§ **Records from a dataset**
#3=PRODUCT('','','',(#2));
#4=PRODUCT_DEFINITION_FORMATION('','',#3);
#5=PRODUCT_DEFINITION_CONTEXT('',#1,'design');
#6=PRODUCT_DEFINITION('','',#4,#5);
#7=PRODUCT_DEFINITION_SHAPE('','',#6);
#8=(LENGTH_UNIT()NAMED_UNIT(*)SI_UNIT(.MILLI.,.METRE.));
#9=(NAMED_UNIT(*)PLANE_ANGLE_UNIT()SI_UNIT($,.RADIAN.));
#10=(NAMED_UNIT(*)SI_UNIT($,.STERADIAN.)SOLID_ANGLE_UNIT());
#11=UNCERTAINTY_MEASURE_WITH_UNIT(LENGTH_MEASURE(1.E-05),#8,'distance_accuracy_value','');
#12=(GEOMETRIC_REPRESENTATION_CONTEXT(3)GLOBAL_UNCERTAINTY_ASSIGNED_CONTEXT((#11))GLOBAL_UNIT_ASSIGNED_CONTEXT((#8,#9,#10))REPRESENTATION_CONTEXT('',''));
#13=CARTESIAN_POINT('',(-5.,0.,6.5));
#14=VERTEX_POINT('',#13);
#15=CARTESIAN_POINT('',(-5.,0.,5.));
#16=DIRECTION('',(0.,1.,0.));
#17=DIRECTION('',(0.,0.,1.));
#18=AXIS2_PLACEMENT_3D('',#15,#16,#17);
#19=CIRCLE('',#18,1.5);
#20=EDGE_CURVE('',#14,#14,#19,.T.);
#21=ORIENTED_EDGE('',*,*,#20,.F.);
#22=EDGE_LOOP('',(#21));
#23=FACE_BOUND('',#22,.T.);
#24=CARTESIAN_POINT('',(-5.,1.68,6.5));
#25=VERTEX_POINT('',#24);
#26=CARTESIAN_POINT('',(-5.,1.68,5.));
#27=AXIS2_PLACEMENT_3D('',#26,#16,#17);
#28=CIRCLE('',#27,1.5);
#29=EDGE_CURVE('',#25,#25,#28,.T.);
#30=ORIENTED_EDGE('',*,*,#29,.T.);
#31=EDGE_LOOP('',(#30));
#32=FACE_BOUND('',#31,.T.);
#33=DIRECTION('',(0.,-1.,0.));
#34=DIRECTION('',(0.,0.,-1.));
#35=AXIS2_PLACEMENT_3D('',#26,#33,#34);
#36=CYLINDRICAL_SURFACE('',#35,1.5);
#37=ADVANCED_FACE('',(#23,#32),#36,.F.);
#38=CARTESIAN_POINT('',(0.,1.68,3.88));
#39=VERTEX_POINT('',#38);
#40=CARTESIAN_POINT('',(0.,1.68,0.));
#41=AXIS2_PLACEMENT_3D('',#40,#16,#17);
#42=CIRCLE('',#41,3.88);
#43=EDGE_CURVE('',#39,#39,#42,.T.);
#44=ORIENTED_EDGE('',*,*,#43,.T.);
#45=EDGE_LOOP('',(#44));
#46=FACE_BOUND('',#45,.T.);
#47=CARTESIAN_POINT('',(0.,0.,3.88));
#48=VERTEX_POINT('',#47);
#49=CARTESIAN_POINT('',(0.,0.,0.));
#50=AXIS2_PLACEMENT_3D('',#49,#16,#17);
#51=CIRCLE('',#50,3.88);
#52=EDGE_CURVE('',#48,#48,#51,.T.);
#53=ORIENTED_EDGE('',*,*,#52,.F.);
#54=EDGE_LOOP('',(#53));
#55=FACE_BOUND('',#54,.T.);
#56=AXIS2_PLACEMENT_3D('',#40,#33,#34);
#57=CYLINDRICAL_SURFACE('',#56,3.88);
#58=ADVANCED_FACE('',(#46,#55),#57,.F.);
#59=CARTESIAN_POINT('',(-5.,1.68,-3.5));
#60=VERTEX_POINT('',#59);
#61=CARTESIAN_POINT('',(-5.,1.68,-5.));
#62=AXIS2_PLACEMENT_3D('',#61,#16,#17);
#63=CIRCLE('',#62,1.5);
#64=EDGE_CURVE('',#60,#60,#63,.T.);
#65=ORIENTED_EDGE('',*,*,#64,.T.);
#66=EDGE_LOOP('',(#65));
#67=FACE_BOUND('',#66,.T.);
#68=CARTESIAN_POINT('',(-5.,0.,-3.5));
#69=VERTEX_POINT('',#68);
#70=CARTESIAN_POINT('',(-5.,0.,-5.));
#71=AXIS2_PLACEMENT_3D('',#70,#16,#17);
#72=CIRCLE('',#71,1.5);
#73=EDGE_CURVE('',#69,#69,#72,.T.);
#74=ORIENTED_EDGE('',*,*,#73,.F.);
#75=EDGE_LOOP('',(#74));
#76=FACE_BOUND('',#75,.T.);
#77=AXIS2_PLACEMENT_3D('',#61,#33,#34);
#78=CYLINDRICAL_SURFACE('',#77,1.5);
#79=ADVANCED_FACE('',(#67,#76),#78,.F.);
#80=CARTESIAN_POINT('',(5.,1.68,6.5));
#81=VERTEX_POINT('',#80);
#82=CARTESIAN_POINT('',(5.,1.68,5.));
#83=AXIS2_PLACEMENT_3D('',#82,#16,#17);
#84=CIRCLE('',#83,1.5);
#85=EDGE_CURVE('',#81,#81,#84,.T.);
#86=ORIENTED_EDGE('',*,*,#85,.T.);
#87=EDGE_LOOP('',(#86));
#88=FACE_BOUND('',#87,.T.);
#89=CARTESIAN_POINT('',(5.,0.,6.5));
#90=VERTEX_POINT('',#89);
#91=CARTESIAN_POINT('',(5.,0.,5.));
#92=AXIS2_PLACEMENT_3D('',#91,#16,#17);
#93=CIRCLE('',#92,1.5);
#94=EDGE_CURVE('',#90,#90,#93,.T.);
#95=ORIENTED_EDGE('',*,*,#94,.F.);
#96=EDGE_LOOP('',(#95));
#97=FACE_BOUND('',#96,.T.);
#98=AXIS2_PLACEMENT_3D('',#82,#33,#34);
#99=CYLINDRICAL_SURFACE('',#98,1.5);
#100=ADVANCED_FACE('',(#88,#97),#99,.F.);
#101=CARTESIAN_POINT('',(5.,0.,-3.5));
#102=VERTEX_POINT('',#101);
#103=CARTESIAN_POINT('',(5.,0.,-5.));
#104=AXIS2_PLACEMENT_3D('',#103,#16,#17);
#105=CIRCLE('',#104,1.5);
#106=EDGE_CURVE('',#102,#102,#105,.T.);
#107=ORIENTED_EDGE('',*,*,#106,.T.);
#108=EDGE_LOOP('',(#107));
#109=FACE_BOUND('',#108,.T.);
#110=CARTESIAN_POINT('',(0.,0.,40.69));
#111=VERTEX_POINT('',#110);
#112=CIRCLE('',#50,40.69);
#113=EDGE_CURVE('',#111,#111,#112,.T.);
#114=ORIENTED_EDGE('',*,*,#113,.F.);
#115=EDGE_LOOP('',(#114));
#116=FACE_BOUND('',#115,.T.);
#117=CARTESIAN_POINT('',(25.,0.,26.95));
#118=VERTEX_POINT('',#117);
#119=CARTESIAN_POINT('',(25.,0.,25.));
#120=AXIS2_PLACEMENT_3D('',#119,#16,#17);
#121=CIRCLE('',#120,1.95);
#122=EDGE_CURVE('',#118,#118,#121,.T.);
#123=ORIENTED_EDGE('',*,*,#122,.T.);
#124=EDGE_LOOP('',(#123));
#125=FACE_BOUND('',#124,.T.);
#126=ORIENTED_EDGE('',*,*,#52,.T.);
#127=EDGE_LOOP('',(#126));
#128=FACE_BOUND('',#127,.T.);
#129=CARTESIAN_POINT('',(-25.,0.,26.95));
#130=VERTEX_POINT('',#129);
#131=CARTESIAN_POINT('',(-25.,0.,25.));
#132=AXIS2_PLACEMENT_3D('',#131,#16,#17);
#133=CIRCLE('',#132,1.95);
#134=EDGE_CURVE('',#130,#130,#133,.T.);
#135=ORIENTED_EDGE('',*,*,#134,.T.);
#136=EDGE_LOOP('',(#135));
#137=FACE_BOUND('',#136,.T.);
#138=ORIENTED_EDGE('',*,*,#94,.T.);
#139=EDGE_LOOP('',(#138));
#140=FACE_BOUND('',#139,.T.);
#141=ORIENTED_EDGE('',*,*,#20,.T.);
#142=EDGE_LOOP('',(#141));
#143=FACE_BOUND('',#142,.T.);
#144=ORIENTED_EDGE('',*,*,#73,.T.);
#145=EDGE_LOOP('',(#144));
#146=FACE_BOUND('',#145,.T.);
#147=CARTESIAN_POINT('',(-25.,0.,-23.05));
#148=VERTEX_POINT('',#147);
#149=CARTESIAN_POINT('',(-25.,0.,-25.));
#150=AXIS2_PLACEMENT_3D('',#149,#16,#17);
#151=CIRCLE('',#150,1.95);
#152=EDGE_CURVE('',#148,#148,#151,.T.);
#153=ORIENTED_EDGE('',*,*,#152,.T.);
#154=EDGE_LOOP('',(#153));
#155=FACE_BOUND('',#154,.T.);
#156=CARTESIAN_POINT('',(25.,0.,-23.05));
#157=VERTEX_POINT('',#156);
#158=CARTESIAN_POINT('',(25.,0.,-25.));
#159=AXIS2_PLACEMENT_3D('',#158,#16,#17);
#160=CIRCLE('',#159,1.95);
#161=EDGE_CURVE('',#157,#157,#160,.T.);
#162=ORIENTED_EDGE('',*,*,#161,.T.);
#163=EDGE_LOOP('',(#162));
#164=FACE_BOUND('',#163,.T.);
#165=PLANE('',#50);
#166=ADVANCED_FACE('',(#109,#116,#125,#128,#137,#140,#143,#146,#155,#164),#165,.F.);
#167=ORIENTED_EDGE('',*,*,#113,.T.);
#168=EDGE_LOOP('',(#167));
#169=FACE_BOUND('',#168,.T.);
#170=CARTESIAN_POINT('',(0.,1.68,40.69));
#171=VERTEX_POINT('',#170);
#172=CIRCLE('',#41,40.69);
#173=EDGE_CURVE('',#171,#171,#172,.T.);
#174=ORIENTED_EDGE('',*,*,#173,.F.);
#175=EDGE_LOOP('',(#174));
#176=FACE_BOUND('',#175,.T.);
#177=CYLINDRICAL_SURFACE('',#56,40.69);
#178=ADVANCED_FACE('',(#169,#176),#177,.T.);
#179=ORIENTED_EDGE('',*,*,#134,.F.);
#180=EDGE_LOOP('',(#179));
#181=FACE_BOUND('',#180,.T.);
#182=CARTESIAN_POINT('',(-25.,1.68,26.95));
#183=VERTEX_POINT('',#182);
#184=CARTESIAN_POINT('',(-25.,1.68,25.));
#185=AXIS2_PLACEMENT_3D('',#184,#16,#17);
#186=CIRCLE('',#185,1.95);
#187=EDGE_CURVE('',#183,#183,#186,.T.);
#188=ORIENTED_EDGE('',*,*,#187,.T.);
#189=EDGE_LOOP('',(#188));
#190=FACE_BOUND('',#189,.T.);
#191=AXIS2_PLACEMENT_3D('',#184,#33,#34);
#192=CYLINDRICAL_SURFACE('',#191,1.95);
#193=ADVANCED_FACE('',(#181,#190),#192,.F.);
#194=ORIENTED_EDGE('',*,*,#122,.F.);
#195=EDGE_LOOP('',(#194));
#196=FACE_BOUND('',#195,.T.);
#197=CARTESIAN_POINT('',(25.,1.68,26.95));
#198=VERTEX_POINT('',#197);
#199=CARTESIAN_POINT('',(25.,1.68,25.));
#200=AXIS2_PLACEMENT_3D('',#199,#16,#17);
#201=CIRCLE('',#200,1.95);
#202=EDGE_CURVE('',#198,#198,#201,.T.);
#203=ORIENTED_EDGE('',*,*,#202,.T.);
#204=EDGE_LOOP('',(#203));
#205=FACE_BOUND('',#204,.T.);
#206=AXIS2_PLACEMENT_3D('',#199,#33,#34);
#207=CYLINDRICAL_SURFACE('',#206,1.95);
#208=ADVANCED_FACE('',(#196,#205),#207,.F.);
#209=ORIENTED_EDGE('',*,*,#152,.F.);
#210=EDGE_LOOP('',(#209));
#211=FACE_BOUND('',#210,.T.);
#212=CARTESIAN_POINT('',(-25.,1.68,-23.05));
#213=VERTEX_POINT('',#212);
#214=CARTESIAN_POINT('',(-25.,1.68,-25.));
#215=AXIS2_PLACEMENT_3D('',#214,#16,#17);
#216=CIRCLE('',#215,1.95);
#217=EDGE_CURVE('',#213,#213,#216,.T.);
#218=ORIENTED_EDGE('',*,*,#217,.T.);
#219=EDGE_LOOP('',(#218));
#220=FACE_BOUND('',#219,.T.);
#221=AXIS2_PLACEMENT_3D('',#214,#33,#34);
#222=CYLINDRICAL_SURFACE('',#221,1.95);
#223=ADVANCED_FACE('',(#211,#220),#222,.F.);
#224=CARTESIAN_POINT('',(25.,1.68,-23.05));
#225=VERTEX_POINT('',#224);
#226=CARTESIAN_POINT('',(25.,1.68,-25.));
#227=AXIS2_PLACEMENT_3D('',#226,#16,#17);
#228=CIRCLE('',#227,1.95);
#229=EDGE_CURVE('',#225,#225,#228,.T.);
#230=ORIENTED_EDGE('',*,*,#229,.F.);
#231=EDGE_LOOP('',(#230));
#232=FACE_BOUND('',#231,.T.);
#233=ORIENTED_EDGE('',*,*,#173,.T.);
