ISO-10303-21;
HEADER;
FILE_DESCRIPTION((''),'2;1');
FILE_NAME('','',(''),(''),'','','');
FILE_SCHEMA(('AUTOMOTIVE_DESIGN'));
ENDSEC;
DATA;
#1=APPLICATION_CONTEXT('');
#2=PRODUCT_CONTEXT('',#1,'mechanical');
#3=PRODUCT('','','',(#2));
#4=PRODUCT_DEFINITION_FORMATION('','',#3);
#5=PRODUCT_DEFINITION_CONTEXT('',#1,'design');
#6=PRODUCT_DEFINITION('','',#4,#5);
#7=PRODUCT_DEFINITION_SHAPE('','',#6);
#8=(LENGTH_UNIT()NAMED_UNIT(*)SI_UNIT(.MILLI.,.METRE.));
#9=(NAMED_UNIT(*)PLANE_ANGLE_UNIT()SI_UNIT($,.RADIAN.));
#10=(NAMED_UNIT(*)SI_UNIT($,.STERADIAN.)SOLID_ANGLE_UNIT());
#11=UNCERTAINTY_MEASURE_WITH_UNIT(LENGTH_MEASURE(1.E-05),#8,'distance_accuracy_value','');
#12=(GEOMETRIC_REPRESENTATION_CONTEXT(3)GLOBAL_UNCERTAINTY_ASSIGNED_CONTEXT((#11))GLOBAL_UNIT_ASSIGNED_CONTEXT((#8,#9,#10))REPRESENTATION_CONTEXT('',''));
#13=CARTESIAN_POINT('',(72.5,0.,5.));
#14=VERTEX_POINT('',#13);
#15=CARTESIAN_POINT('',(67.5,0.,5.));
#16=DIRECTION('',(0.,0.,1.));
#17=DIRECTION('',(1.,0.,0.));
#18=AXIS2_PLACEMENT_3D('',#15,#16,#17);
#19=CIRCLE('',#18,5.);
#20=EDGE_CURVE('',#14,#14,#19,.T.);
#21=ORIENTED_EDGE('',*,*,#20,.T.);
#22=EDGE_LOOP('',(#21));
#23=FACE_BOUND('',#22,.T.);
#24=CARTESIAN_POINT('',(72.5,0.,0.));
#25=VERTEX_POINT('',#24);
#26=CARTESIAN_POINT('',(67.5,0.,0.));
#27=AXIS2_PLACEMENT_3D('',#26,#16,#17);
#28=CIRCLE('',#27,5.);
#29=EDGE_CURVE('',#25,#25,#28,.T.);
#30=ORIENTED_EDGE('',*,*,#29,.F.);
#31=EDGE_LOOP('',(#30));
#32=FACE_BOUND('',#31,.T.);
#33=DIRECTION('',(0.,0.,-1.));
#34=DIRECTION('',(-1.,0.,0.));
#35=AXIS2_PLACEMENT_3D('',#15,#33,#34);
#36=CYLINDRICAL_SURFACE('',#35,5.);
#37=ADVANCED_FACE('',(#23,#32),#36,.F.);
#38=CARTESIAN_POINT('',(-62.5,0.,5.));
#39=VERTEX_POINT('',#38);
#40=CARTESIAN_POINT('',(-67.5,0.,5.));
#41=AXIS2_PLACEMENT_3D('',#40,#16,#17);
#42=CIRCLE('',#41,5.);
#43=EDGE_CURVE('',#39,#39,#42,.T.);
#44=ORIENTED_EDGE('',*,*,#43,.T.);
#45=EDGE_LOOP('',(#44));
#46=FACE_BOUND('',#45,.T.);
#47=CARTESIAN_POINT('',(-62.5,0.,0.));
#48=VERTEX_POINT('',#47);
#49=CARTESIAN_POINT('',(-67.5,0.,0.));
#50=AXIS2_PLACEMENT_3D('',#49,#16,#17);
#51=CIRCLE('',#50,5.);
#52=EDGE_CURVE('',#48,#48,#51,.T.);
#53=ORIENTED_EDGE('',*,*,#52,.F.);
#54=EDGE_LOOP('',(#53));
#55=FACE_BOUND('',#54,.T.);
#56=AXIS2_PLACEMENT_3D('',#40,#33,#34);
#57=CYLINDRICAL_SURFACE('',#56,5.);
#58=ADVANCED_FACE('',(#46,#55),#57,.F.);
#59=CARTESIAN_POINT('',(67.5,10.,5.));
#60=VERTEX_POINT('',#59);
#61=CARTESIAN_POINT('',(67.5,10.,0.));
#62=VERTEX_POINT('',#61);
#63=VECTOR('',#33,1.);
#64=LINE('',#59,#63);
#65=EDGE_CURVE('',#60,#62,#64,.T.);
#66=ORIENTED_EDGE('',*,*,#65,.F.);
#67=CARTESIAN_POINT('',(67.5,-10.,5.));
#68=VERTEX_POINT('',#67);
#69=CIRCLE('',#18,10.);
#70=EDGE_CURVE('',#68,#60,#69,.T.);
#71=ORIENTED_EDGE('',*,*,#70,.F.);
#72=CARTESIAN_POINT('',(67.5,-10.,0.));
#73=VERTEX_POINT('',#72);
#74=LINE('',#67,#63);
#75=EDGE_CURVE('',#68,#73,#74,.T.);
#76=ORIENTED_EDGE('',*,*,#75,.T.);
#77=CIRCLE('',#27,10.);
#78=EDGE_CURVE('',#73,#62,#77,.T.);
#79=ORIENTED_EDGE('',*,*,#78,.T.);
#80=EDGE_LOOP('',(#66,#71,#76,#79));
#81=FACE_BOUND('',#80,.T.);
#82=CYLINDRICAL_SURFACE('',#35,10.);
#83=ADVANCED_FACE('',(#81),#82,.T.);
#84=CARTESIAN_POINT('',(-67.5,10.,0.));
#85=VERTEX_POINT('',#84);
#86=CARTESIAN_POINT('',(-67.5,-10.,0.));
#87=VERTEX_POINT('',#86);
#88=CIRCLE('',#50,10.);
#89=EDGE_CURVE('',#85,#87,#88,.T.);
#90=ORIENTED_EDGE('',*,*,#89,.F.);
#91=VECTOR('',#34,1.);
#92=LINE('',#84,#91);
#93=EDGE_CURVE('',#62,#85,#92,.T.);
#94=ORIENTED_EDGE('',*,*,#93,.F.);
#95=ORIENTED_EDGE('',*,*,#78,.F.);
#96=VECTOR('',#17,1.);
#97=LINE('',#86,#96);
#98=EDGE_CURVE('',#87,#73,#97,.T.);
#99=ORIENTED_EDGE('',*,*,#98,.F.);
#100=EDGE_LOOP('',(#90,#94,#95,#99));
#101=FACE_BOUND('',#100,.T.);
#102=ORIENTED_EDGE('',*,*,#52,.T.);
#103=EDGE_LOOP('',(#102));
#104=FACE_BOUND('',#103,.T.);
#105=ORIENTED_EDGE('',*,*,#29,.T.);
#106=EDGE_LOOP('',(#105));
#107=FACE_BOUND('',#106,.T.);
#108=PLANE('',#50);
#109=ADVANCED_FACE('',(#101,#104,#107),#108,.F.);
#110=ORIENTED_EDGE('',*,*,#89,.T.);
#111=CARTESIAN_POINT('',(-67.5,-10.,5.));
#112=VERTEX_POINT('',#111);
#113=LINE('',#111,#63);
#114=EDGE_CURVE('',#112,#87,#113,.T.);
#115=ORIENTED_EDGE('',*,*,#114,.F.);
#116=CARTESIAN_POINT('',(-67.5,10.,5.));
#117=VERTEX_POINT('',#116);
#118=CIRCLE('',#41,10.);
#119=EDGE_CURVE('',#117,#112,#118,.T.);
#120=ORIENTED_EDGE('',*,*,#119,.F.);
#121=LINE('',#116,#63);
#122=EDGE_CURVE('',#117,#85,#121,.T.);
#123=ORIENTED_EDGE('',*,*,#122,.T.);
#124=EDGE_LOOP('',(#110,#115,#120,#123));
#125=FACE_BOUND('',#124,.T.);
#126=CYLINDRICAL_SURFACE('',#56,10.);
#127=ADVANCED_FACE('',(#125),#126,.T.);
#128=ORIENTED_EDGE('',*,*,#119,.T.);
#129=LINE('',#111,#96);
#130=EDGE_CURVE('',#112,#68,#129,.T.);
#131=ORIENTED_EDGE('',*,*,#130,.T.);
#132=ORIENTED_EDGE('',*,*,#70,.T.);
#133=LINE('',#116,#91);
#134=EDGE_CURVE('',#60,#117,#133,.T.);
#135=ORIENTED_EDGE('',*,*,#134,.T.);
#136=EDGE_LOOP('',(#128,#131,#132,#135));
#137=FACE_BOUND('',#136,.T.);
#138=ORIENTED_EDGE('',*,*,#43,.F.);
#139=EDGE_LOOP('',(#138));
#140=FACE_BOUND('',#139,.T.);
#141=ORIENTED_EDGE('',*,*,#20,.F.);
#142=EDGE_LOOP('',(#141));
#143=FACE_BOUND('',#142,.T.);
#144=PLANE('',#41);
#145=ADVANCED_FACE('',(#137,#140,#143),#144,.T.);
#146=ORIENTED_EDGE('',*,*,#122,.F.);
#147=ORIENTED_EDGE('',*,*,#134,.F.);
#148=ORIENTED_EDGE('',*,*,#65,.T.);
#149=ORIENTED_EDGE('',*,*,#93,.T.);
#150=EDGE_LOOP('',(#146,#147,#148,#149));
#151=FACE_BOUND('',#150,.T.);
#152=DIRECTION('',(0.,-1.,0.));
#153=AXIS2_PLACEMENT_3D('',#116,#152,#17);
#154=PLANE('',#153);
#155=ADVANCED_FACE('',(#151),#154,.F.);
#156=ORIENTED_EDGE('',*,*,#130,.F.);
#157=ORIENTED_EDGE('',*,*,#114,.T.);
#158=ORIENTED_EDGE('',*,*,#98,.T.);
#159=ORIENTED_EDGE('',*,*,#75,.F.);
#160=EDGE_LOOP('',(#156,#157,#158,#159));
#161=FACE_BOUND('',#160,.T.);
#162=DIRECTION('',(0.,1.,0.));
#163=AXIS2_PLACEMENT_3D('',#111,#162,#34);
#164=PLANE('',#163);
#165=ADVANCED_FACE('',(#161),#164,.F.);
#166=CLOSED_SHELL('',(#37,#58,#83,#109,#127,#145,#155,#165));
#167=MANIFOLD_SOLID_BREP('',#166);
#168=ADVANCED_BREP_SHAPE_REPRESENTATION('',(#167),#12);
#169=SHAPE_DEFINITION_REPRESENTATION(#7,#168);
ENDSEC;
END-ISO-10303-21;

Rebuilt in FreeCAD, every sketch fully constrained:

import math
import FreeCAD as App
import Part
import Sketcher
from FreeCAD import Vector

doc = App.newDocument("Part")
params = doc.addObject("Spreadsheet::Sheet", "Params")
for row, (alias, value) in enumerate([
    ("sketch1_diameter", "10 mm"),
    ("sketch1_radius", "10 mm"),
    ("sketch1_width", "135 mm"),
    ("pad1_length", "5 mm"),
], start=1):
    params.set(f"A{row}", alias)
    params.set(f"B{row}", "=" + value)
    params.setAlias(f"B{row}", alias)

body = doc.addObject("PartDesign::Body", "Body")

sketch1 = body.newObject("Sketcher::SketchObject", "Sketch")
sketch1.AttachmentSupport = (doc.getObject("XY_Plane"), [""])
sketch1.MapMode = "FlatFace"
sketch1.addGeometry([
    Part.LineSegment(Vector(67.5, 10, 0), Vector(-67.5, 10, 0)),
    Part.ArcOfCircle(Part.Circle(Vector(-67.5, 0, 0), Vector(0, 0, 1), 10), math.radians(90), math.radians(270)),
    Part.LineSegment(Vector(-67.5, -10, 0), Vector(67.5, -10, 0)),
    Part.ArcOfCircle(Part.Circle(Vector(67.5, 0, 0), Vector(0, 0, 1), 10), math.radians(-90), math.radians(90)),
    Part.Circle(Vector(67.5, 0, 0), Vector(0, 0, 1), 5),
    Part.Circle(Vector(-67.5, 0, 0), Vector(0, 0, 1), 5),
], False)
sketch1.addConstraint([
    Sketcher.Constraint("Tangent", 0, 2, 1, 1),
    Sketcher.Constraint("Tangent", 1, 2, 2, 1),
    Sketcher.Constraint("Tangent", 2, 2, 3, 1),
    Sketcher.Constraint("Tangent", 3, 2, 0, 1),
    Sketcher.Constraint("Horizontal", 0),
    Sketcher.Constraint("Horizontal", 2),
    Sketcher.Constraint("Coincident", 4, 3, 3, 3),
    Sketcher.Constraint("Coincident", 5, 3, 1, 3),
    Sketcher.Constraint("Equal", 4, 5),
    Sketcher.Constraint("Symmetric", 1, 3, 3, 3, -1, 1),
    Sketcher.Constraint("Diameter", 4, 10.0),
    Sketcher.Constraint("Radius", 1, 10.0),
    Sketcher.Constraint("DistanceX", 0, 2, 0, 1, 135.0),
])
sketch1.setExpression("Constraints[10]", "Params.sketch1_diameter")
sketch1.setExpression("Constraints[11]", "Params.sketch1_radius")
sketch1.setExpression("Constraints[12]", "Params.sketch1_width")
pad1 = body.newObject("PartDesign::Pad", "Pad")
pad1.Profile = sketch1
pad1.setExpression("Length", "Params.pad1_length")

doc.recompute()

§ **Task**
Your answer must consist solely of the lines from the top of the entries above through the line containing "#36=CYLINDRICAL_SURFACE('',#35,1.5);", copied exactly, both ends included.

§ **Your response**
#3=PRODUCT('','','',(#2));
#4=PRODUCT_DEFINITION_FORMATION('','',#3);
#5=PRODUCT_DEFINITION_CONTEXT('',#1,'design');
#6=PRODUCT_DEFINITION('','',#4,#5);
#7=PRODUCT_DEFINITION_SHAPE('','',#6);
#8=(LENGTH_UNIT()NAMED_UNIT(*)SI_UNIT(.MILLI.,.METRE.));
#9=(NAMED_UNIT(*)PLANE_ANGLE_UNIT()SI_UNIT($,.RADIAN.));
#10=(NAMED_UNIT(*)SI_UNIT($,.STERADIAN.)SOLID_ANGLE_UNIT());
#11=UNCERTAINTY_MEASURE_WITH_UNIT(LENGTH_MEASURE(1.E-05),#8,'distance_accuracy_value','');
#12=(GEOMETRIC_REPRESENTATION_CONTEXT(3)GLOBAL_UNCERTAINTY_ASSIGNED_CONTEXT((#11))GLOBAL_UNIT_ASSIGNED_CONTEXT((#8,#9,#10))REPRESENTATION_CONTEXT('',''));
#13=CARTESIAN_POINT('',(-5.,0.,6.5));
#14=VERTEX_POINT('',#13);
#15=CARTESIAN_POINT('',(-5.,0.,5.));
#16=DIRECTION('',(0.,1.,0.));
#17=DIRECTION('',(0.,0.,1.));
#18=AXIS2_PLACEMENT_3D('',#15,#16,#17);
#19=CIRCLE('',#18,1.5);
#20=EDGE_CURVE('',#14,#14,#19,.T.);
#21=ORIENTED_EDGE('',*,*,#20,.F.);
#22=EDGE_LOOP('',(#21));
#23=FACE_BOUND('',#22,.T.);
#24=CARTESIAN_POINT('',(-5.,1.68,6.5));
#25=VERTEX_POINT('',#24);
#26=CARTESIAN_POINT('',(-5.,1.68,5.));
#27=AXIS2_PLACEMENT_3D('',#26,#16,#17);
#28=CIRCLE('',#27,1.5);
#29=EDGE_CURVE('',#25,#25,#28,.T.);
#30=ORIENTED_EDGE('',*,*,#29,.T.);
#31=EDGE_LOOP('',(#30));
#32=FACE_BOUND('',#31,.T.);
#33=DIRECTION('',(0.,-1.,0.));
#34=DIRECTION('',(0.,0.,-1.));
#35=AXIS2_PLACEMENT_3D('',#26,#33,#34);
#36=CYLINDRICAL_SURFACE('',#35,1.5);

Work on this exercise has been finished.